▸ **Directions**
Reply with one number: the count of lines in the records below that hold "against".

▸ **Supplied records**
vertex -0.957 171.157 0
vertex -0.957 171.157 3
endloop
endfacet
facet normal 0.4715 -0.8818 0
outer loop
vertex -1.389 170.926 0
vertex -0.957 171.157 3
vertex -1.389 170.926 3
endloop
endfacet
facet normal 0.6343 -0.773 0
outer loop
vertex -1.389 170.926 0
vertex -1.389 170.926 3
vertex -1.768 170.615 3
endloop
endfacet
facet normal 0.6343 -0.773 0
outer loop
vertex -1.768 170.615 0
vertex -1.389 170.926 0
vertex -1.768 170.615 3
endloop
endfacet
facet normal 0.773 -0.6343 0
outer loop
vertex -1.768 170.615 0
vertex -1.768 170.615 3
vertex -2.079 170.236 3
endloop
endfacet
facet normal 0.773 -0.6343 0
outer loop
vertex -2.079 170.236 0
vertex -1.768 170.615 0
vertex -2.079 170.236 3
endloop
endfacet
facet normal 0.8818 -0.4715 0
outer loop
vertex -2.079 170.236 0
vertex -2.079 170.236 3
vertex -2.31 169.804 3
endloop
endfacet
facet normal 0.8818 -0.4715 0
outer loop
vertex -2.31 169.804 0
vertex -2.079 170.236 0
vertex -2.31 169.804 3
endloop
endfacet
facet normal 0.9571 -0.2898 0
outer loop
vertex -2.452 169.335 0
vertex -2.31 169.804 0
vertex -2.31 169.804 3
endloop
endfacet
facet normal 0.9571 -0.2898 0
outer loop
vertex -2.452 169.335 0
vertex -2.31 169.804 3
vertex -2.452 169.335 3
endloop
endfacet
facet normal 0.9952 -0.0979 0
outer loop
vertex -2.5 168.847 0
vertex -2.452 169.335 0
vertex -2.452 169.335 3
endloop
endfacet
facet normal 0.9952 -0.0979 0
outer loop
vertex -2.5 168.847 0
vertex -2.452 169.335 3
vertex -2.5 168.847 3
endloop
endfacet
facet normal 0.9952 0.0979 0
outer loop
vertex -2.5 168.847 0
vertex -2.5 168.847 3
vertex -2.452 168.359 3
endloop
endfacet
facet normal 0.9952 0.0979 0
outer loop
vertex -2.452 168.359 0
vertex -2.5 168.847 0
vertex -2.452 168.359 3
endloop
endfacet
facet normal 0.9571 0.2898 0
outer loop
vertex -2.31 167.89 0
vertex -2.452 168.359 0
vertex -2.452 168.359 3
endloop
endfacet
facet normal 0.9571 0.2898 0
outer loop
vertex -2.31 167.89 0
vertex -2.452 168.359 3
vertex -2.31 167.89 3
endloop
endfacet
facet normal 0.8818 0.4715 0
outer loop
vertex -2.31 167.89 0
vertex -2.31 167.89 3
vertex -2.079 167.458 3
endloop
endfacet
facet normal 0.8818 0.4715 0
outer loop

--

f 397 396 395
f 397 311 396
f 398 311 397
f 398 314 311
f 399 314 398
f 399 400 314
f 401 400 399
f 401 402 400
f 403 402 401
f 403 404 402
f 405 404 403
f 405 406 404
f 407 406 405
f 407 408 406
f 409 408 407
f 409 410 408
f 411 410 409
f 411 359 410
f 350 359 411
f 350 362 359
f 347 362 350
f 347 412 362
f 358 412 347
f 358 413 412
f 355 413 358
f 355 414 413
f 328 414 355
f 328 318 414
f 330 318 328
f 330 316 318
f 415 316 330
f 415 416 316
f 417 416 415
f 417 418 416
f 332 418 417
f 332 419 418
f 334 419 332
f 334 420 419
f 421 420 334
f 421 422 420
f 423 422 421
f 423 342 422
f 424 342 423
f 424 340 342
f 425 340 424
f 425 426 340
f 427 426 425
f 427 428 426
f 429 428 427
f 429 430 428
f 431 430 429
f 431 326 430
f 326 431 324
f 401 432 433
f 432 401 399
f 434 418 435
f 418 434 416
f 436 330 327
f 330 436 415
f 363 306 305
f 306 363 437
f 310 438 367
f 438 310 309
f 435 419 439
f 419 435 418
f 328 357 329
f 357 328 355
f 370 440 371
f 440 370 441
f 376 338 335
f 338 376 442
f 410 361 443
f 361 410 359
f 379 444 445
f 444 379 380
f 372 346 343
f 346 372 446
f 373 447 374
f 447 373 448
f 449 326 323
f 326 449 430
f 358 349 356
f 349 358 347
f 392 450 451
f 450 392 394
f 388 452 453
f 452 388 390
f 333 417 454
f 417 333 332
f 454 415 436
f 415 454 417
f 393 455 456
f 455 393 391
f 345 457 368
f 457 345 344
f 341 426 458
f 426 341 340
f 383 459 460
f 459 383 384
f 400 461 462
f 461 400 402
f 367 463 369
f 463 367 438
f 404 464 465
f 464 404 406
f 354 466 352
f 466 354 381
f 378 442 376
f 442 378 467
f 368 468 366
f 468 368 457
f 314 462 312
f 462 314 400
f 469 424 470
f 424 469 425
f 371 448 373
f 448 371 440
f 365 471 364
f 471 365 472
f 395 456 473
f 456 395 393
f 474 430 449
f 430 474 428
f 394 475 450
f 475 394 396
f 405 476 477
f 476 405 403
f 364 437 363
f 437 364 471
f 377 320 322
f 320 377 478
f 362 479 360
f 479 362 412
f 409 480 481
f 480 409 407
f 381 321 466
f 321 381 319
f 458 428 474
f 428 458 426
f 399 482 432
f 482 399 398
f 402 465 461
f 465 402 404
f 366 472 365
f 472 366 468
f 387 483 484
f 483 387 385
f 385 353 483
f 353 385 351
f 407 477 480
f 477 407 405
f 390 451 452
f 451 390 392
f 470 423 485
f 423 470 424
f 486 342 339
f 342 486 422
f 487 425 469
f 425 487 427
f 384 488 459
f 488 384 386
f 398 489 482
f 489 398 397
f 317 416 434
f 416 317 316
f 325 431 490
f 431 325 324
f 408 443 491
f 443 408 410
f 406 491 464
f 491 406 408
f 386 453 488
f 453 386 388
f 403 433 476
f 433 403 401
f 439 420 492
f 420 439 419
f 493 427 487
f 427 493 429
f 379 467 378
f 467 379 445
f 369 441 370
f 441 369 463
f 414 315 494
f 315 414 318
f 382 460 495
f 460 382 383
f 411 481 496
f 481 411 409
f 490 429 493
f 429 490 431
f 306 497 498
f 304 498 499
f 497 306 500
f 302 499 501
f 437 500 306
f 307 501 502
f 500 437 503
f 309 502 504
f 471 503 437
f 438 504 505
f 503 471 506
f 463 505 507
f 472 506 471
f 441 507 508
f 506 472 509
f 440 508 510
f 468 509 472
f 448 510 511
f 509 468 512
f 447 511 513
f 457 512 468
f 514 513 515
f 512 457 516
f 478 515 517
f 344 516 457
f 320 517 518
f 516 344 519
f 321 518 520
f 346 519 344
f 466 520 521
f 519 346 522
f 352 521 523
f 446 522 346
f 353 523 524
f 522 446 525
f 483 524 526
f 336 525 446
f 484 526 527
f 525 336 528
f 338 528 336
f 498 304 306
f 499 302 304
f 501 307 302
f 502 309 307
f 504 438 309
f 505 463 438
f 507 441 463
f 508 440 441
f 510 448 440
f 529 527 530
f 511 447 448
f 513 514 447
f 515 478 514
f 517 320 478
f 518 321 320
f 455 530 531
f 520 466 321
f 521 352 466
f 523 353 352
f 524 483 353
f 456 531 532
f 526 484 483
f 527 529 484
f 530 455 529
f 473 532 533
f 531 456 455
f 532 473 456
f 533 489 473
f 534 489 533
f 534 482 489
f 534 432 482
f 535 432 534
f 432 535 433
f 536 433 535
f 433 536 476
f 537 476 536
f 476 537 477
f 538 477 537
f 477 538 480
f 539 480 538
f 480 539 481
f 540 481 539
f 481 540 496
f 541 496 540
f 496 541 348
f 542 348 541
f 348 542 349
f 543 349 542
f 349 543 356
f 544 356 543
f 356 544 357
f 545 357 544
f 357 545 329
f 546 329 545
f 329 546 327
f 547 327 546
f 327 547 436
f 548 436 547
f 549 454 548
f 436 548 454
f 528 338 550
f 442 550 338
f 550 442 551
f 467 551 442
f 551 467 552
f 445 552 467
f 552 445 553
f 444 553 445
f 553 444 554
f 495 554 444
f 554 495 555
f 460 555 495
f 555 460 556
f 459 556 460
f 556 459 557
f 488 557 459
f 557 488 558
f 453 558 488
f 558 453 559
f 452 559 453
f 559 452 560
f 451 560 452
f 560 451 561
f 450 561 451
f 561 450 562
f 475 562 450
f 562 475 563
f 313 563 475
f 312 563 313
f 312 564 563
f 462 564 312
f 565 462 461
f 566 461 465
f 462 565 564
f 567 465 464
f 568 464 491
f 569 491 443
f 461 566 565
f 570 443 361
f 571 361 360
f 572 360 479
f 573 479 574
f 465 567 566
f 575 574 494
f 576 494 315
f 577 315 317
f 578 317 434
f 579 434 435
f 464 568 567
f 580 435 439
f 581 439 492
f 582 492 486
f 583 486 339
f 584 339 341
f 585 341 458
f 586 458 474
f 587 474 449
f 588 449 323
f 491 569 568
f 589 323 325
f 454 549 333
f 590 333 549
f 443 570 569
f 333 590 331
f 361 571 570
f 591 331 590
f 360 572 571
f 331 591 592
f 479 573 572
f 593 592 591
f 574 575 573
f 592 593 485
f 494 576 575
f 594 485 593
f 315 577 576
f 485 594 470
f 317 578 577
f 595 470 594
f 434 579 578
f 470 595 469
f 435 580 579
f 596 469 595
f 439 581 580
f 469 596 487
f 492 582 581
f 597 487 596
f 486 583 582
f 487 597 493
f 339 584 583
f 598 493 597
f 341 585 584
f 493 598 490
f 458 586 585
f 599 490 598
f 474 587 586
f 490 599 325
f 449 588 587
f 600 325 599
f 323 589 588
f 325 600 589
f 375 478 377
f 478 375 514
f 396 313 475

* * *

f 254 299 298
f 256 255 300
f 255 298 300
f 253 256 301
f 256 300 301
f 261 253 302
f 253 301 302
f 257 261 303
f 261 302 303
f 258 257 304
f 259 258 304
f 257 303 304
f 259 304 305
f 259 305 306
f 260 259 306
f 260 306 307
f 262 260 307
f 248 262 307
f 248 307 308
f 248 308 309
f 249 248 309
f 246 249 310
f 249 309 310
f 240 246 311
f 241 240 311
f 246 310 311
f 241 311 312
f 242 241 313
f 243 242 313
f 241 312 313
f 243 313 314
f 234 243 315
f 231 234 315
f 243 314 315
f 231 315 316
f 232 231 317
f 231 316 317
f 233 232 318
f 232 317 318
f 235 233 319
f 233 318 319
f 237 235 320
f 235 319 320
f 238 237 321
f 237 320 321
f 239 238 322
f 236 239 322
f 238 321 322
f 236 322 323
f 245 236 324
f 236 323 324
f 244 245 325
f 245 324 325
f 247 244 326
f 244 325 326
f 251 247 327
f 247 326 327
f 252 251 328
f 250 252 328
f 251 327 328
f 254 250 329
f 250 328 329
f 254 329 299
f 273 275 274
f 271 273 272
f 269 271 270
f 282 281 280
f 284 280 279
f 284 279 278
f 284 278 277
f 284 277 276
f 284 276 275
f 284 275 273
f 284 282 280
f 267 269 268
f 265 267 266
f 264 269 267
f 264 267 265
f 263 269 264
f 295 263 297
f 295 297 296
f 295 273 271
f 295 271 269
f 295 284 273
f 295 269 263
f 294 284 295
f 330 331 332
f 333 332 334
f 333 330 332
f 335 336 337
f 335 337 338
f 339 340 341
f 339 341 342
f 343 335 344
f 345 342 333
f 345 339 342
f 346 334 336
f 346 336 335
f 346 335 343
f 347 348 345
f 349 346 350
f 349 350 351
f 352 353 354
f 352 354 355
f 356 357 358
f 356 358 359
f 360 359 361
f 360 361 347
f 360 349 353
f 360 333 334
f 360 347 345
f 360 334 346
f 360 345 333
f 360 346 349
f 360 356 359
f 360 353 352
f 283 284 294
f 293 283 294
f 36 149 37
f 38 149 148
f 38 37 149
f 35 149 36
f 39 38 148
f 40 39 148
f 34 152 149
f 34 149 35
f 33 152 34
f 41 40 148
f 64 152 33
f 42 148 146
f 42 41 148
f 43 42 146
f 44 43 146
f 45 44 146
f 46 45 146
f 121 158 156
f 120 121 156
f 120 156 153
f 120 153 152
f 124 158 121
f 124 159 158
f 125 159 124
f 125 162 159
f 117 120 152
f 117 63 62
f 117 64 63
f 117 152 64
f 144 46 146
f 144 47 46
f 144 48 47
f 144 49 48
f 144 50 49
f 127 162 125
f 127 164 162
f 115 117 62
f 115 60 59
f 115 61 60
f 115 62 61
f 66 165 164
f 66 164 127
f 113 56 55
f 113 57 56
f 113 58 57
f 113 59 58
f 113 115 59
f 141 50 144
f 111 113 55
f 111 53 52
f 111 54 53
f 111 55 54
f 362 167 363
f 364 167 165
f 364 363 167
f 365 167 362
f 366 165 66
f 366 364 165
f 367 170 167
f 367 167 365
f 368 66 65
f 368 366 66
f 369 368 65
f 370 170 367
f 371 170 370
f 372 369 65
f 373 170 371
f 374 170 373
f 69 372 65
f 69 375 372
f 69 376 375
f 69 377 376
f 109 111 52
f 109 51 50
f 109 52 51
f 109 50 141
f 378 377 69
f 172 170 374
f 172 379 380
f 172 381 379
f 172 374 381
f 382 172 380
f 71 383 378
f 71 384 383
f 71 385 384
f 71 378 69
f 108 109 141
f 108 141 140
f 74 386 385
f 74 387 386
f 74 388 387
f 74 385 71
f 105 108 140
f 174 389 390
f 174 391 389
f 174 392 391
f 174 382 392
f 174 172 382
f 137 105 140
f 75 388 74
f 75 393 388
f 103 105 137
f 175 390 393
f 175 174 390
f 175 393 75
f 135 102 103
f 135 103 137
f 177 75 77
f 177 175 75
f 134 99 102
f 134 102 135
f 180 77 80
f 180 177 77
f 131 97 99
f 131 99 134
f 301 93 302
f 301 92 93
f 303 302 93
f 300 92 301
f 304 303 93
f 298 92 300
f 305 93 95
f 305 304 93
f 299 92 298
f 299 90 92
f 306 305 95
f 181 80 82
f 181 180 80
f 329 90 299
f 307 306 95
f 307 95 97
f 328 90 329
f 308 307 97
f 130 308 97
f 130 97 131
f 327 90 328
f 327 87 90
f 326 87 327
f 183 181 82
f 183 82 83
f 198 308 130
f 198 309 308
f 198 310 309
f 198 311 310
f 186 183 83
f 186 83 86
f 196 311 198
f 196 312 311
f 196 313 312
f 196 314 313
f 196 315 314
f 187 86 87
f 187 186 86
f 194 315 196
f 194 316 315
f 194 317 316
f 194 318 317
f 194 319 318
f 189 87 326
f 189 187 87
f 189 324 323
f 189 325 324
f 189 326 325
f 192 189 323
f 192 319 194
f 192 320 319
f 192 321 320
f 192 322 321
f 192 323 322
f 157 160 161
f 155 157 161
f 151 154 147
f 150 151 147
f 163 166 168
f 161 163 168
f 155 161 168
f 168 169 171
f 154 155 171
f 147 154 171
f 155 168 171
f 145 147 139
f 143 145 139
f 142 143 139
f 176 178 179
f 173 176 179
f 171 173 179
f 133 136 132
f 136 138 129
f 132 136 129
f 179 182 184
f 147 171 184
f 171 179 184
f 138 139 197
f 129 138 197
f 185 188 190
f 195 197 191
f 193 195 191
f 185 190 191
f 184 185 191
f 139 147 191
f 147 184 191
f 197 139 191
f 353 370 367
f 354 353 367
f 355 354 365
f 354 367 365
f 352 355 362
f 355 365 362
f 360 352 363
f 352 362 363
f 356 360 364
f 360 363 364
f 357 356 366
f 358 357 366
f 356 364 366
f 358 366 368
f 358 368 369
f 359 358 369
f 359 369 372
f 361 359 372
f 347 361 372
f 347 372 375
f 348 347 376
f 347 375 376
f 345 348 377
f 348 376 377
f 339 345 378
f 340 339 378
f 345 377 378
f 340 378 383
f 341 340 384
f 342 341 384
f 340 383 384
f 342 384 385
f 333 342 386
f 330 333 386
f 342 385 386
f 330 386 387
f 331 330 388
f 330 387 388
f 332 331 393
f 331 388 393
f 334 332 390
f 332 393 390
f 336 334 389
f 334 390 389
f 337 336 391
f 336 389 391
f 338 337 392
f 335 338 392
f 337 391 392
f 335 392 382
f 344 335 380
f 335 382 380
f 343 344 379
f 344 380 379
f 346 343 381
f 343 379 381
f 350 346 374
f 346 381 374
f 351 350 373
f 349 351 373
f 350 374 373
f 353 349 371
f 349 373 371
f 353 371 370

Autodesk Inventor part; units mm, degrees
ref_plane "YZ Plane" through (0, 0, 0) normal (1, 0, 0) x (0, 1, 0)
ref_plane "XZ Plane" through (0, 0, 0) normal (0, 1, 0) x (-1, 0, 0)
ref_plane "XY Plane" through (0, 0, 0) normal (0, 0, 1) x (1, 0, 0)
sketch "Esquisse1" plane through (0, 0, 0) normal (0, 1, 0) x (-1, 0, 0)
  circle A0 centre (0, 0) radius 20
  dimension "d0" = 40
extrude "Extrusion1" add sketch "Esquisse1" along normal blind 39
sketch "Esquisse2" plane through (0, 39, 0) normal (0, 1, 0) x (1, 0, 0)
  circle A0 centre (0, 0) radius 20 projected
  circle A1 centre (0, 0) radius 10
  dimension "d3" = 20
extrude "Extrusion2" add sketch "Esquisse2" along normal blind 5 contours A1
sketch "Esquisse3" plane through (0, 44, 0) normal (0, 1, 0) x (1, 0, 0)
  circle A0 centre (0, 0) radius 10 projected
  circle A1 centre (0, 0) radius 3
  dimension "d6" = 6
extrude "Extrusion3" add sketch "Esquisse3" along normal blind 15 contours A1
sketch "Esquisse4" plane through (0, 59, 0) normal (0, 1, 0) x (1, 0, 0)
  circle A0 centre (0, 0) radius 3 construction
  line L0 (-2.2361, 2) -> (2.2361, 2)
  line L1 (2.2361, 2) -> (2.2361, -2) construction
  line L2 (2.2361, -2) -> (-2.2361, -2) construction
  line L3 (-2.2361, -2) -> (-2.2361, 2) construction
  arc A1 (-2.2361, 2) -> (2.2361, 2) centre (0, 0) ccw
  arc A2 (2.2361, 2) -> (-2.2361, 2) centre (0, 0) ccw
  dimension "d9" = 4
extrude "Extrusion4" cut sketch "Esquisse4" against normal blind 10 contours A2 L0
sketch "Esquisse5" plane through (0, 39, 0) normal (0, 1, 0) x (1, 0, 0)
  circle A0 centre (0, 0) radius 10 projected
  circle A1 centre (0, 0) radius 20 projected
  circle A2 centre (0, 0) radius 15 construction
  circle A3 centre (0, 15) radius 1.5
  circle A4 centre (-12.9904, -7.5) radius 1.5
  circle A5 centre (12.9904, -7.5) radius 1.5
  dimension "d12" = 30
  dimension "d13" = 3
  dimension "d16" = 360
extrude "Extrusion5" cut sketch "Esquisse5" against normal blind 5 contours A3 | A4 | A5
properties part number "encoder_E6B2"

▸ **Exercise output**
2